Collected data entries
□ □ □ □ □
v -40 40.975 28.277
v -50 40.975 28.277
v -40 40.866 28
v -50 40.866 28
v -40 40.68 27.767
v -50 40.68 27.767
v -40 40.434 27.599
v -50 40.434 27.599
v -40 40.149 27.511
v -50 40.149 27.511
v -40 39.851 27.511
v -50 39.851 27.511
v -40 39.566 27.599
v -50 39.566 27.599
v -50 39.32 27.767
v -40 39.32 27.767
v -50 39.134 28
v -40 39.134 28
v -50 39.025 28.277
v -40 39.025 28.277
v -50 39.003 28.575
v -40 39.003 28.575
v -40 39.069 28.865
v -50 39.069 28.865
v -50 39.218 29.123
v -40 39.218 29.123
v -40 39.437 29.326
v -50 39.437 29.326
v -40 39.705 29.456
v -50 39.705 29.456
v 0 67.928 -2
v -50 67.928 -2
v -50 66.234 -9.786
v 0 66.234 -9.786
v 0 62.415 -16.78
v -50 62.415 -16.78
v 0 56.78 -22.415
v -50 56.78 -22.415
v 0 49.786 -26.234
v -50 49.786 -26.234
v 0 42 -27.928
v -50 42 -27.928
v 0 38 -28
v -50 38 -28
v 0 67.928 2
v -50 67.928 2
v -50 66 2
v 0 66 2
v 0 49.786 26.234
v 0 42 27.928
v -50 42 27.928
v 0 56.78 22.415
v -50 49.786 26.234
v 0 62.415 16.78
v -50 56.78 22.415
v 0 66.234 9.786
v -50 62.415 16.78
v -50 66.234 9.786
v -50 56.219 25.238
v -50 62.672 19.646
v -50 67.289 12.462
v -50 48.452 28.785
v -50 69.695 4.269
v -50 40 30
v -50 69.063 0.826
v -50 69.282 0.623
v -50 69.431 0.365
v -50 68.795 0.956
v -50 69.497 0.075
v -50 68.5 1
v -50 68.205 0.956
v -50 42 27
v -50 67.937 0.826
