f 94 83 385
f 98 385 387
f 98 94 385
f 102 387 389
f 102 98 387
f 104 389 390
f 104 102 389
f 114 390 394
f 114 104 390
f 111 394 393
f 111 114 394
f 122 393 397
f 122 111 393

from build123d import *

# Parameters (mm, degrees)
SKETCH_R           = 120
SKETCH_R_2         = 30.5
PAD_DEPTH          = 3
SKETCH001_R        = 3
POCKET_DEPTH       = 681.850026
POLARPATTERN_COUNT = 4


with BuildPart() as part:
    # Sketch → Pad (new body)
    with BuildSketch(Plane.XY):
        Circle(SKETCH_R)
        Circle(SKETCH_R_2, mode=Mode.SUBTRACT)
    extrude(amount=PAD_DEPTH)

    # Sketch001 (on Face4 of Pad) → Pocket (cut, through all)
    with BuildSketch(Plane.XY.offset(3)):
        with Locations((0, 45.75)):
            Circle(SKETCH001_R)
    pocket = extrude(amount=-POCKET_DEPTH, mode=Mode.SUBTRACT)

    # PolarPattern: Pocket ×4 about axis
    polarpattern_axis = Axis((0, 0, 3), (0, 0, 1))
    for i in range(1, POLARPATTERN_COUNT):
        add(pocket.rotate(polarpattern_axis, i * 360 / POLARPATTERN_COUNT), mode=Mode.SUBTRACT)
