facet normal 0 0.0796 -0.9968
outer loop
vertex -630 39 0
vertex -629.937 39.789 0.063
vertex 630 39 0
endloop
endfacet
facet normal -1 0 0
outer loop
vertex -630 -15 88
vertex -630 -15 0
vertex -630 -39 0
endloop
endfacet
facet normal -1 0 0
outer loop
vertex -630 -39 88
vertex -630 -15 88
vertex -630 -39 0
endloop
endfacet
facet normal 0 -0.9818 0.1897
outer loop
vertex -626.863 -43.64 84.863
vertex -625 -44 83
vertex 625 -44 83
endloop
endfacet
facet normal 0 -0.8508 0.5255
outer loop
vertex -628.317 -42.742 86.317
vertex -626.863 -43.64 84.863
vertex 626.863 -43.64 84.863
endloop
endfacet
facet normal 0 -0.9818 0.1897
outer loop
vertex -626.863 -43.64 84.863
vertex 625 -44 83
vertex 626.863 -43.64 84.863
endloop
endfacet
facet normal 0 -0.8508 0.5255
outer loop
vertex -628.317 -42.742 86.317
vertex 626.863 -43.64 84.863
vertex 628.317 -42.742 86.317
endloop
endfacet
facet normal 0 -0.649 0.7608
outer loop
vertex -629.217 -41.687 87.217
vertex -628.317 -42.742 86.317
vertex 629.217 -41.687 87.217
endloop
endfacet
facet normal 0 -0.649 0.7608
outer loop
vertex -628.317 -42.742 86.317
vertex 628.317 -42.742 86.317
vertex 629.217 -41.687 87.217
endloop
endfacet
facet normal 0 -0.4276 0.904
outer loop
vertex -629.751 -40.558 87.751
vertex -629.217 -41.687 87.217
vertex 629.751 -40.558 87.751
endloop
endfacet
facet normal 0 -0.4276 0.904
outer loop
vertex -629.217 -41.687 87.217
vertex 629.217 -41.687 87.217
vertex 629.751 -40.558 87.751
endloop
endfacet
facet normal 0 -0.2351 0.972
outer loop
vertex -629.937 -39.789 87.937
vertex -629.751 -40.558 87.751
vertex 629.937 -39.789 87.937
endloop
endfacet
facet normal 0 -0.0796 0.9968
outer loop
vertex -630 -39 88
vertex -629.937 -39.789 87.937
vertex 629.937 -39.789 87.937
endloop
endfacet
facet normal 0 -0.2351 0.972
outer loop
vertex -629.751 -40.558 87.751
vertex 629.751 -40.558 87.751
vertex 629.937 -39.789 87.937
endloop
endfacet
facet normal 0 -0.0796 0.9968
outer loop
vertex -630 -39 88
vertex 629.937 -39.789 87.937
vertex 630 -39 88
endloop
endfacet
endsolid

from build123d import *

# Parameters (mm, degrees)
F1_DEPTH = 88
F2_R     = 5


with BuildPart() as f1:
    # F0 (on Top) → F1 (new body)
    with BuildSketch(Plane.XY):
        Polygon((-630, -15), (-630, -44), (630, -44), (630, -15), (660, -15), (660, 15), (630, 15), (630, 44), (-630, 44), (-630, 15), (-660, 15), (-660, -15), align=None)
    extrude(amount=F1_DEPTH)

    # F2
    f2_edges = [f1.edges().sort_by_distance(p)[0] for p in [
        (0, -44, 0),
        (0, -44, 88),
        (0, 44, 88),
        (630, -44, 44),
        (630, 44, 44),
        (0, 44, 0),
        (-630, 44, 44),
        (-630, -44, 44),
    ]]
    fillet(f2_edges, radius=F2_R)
□ □ □ □ □
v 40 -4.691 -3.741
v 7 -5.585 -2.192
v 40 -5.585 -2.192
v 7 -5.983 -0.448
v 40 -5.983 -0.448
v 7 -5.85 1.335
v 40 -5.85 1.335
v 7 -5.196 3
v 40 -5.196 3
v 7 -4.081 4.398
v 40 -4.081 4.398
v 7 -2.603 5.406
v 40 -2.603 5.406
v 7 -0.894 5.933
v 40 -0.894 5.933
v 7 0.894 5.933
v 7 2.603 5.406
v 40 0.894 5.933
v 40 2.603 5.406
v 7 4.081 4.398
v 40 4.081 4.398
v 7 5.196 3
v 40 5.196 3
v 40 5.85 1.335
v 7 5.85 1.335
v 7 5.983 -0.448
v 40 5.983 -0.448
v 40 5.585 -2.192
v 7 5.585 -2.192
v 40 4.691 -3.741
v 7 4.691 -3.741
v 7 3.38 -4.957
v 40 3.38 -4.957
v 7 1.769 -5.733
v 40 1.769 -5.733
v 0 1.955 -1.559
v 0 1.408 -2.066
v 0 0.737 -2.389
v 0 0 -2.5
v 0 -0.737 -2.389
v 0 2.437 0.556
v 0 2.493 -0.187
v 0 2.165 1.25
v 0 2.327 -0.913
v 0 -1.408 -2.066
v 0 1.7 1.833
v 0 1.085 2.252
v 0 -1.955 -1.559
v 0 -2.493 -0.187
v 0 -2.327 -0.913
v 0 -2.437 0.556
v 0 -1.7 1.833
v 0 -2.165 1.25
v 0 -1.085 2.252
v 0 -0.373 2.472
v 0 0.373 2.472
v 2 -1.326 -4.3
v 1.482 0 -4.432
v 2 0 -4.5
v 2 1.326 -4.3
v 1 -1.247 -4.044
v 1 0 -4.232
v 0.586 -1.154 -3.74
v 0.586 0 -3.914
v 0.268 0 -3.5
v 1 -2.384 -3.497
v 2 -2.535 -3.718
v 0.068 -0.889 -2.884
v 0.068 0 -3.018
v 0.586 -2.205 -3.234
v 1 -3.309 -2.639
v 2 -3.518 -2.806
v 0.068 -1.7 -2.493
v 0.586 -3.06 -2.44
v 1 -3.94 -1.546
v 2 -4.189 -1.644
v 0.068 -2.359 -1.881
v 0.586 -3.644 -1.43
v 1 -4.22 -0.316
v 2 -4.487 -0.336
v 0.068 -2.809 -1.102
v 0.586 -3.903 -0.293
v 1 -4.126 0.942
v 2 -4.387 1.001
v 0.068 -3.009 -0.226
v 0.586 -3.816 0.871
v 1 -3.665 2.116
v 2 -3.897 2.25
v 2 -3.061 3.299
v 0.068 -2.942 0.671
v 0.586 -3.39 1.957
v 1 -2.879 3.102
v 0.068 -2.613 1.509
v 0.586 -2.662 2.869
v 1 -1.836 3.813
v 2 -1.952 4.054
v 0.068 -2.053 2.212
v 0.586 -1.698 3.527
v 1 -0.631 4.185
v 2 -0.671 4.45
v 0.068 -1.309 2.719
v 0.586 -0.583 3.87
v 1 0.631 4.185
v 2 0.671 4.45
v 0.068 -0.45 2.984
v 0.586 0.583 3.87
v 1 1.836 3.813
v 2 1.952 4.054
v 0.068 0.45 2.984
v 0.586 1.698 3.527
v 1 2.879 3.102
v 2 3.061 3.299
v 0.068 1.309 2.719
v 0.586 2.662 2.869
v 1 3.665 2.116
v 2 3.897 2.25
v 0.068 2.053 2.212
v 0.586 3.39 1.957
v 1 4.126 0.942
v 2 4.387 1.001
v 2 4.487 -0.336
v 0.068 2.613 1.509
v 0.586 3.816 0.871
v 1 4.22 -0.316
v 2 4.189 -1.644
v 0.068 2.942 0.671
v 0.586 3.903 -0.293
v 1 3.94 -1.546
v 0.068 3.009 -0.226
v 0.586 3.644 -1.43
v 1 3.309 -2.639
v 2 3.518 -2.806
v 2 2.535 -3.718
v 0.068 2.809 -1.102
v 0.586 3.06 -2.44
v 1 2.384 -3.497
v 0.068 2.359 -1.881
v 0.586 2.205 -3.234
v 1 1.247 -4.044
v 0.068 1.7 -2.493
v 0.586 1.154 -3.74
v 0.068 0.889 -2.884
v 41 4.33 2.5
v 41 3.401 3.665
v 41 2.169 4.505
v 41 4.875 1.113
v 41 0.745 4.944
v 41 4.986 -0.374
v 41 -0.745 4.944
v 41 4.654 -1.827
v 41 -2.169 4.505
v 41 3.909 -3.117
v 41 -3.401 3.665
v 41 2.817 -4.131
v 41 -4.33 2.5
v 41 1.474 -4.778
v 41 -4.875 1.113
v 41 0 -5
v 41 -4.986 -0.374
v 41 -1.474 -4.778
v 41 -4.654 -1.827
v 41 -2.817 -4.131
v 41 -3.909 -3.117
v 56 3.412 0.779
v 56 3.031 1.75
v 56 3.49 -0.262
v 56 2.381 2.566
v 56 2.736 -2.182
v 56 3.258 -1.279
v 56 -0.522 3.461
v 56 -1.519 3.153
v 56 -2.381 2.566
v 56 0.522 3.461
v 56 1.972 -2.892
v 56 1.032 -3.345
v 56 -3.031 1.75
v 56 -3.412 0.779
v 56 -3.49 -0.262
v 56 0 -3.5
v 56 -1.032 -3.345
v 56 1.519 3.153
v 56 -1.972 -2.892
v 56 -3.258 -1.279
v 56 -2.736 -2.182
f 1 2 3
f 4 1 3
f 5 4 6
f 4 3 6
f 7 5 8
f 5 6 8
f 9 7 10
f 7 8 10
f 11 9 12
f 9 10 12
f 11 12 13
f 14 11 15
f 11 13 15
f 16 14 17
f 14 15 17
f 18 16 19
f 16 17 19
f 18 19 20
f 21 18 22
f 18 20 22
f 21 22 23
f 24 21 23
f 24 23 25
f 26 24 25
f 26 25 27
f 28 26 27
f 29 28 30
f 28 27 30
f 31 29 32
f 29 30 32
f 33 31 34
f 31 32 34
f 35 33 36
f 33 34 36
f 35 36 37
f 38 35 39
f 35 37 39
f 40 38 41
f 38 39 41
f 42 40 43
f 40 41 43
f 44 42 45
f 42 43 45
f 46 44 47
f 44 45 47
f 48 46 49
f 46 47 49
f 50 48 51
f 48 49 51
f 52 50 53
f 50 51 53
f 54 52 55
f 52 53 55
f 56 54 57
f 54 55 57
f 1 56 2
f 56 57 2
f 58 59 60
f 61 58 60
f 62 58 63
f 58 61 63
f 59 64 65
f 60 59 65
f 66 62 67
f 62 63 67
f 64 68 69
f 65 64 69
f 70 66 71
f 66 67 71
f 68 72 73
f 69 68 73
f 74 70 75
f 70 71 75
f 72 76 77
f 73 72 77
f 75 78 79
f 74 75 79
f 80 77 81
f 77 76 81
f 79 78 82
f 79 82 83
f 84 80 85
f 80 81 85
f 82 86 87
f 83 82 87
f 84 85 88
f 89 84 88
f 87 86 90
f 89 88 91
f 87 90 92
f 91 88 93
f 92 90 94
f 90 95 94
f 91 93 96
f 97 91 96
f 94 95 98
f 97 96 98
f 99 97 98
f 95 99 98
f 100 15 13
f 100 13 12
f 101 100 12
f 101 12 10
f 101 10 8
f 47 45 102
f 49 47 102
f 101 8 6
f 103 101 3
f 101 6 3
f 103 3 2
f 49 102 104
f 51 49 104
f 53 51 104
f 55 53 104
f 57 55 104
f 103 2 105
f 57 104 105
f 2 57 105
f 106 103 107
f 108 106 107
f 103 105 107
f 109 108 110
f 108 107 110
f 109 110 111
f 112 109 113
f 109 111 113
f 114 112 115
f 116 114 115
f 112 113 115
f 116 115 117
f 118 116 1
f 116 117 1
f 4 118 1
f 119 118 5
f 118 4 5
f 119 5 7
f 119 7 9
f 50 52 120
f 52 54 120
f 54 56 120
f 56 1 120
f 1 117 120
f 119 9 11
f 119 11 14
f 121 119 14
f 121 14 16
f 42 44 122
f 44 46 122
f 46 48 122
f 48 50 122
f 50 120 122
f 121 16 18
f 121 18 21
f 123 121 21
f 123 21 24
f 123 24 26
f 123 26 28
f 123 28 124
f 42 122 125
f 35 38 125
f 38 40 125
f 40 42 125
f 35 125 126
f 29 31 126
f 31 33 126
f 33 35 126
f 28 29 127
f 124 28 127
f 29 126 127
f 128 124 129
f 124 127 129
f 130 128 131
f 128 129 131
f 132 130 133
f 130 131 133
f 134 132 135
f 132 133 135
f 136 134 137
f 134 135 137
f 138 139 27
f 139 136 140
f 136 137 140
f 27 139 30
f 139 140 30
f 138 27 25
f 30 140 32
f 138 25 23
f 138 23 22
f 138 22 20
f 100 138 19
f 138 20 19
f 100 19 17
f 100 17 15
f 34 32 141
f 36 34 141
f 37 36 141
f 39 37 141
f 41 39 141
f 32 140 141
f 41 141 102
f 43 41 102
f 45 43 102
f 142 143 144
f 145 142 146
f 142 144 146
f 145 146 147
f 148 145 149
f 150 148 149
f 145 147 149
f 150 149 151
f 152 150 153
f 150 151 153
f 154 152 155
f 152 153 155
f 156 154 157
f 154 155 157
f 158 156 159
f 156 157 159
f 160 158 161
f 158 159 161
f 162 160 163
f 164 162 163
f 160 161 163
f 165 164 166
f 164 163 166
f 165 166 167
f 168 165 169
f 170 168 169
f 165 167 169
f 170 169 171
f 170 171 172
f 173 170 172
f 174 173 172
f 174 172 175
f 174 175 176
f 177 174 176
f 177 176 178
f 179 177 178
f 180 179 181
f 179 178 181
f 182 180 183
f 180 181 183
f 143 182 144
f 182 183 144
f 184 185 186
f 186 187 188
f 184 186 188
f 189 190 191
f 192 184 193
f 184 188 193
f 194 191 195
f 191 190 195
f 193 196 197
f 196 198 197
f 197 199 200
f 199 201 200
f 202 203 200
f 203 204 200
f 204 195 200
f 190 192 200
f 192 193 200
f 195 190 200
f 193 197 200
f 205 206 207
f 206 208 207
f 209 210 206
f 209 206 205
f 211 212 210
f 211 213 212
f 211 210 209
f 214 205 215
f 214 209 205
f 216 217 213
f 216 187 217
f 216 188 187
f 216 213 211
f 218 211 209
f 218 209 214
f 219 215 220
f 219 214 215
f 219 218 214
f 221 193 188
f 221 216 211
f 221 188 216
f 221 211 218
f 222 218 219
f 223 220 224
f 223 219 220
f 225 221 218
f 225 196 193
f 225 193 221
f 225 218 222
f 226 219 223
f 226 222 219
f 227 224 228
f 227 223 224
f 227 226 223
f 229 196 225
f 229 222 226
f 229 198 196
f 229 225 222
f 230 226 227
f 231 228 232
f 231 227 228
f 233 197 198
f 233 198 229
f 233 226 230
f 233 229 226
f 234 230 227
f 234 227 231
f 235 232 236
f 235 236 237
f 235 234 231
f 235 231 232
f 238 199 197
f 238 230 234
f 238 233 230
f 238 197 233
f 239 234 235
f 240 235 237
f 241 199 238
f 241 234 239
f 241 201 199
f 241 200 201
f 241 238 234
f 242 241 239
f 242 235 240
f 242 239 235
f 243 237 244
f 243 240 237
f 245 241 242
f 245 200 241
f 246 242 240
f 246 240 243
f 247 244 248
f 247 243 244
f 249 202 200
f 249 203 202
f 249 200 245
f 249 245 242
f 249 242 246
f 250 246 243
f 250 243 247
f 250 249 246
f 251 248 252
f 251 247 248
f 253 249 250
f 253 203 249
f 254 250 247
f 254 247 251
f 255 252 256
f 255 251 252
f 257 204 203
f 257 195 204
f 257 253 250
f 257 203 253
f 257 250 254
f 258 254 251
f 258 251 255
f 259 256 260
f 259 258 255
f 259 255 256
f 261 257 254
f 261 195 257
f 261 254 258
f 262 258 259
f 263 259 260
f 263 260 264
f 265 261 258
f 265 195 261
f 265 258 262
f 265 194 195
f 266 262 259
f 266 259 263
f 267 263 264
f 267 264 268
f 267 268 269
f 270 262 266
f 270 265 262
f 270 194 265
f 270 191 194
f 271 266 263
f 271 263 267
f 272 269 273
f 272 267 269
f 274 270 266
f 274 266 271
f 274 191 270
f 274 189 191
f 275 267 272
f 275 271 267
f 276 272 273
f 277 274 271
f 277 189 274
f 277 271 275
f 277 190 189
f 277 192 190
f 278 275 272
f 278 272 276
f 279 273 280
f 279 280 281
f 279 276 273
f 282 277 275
□ □ □ □ □
» YOUR ASSIGNMENT: What you give back should be exactly the lines of the data above from the line with "v -40 40.975 28.277" through the line with "v -50 62.415 -16.78", both of those included, and nothing more.

» OUTPUT FOR THIS TASK:
v -40 40.975 28.277
v -50 40.975 28.277
v -40 40.866 28
v -50 40.866 28
v -40 40.68 27.767
v -50 40.68 27.767
v -40 40.434 27.599
v -50 40.434 27.599
v -40 40.149 27.511
v -50 40.149 27.511
v -40 39.851 27.511
v -50 39.851 27.511
v -40 39.566 27.599
v -50 39.566 27.599
v -50 39.32 27.767
v -40 39.32 27.767
v -50 39.134 28
v -40 39.134 28
v -50 39.025 28.277
v -40 39.025 28.277
v -50 39.003 28.575
v -40 39.003 28.575
v -40 39.069 28.865
v -50 39.069 28.865
v -50 39.218 29.123
v -40 39.218 29.123
v -40 39.437 29.326
v -50 39.437 29.326
v -40 39.705 29.456
v -50 39.705 29.456
v 0 67.928 -2
v -50 67.928 -2
v -50 66.234 -9.786
v 0 66.234 -9.786
v 0 62.415 -16.78
v -50 62.415 -16.78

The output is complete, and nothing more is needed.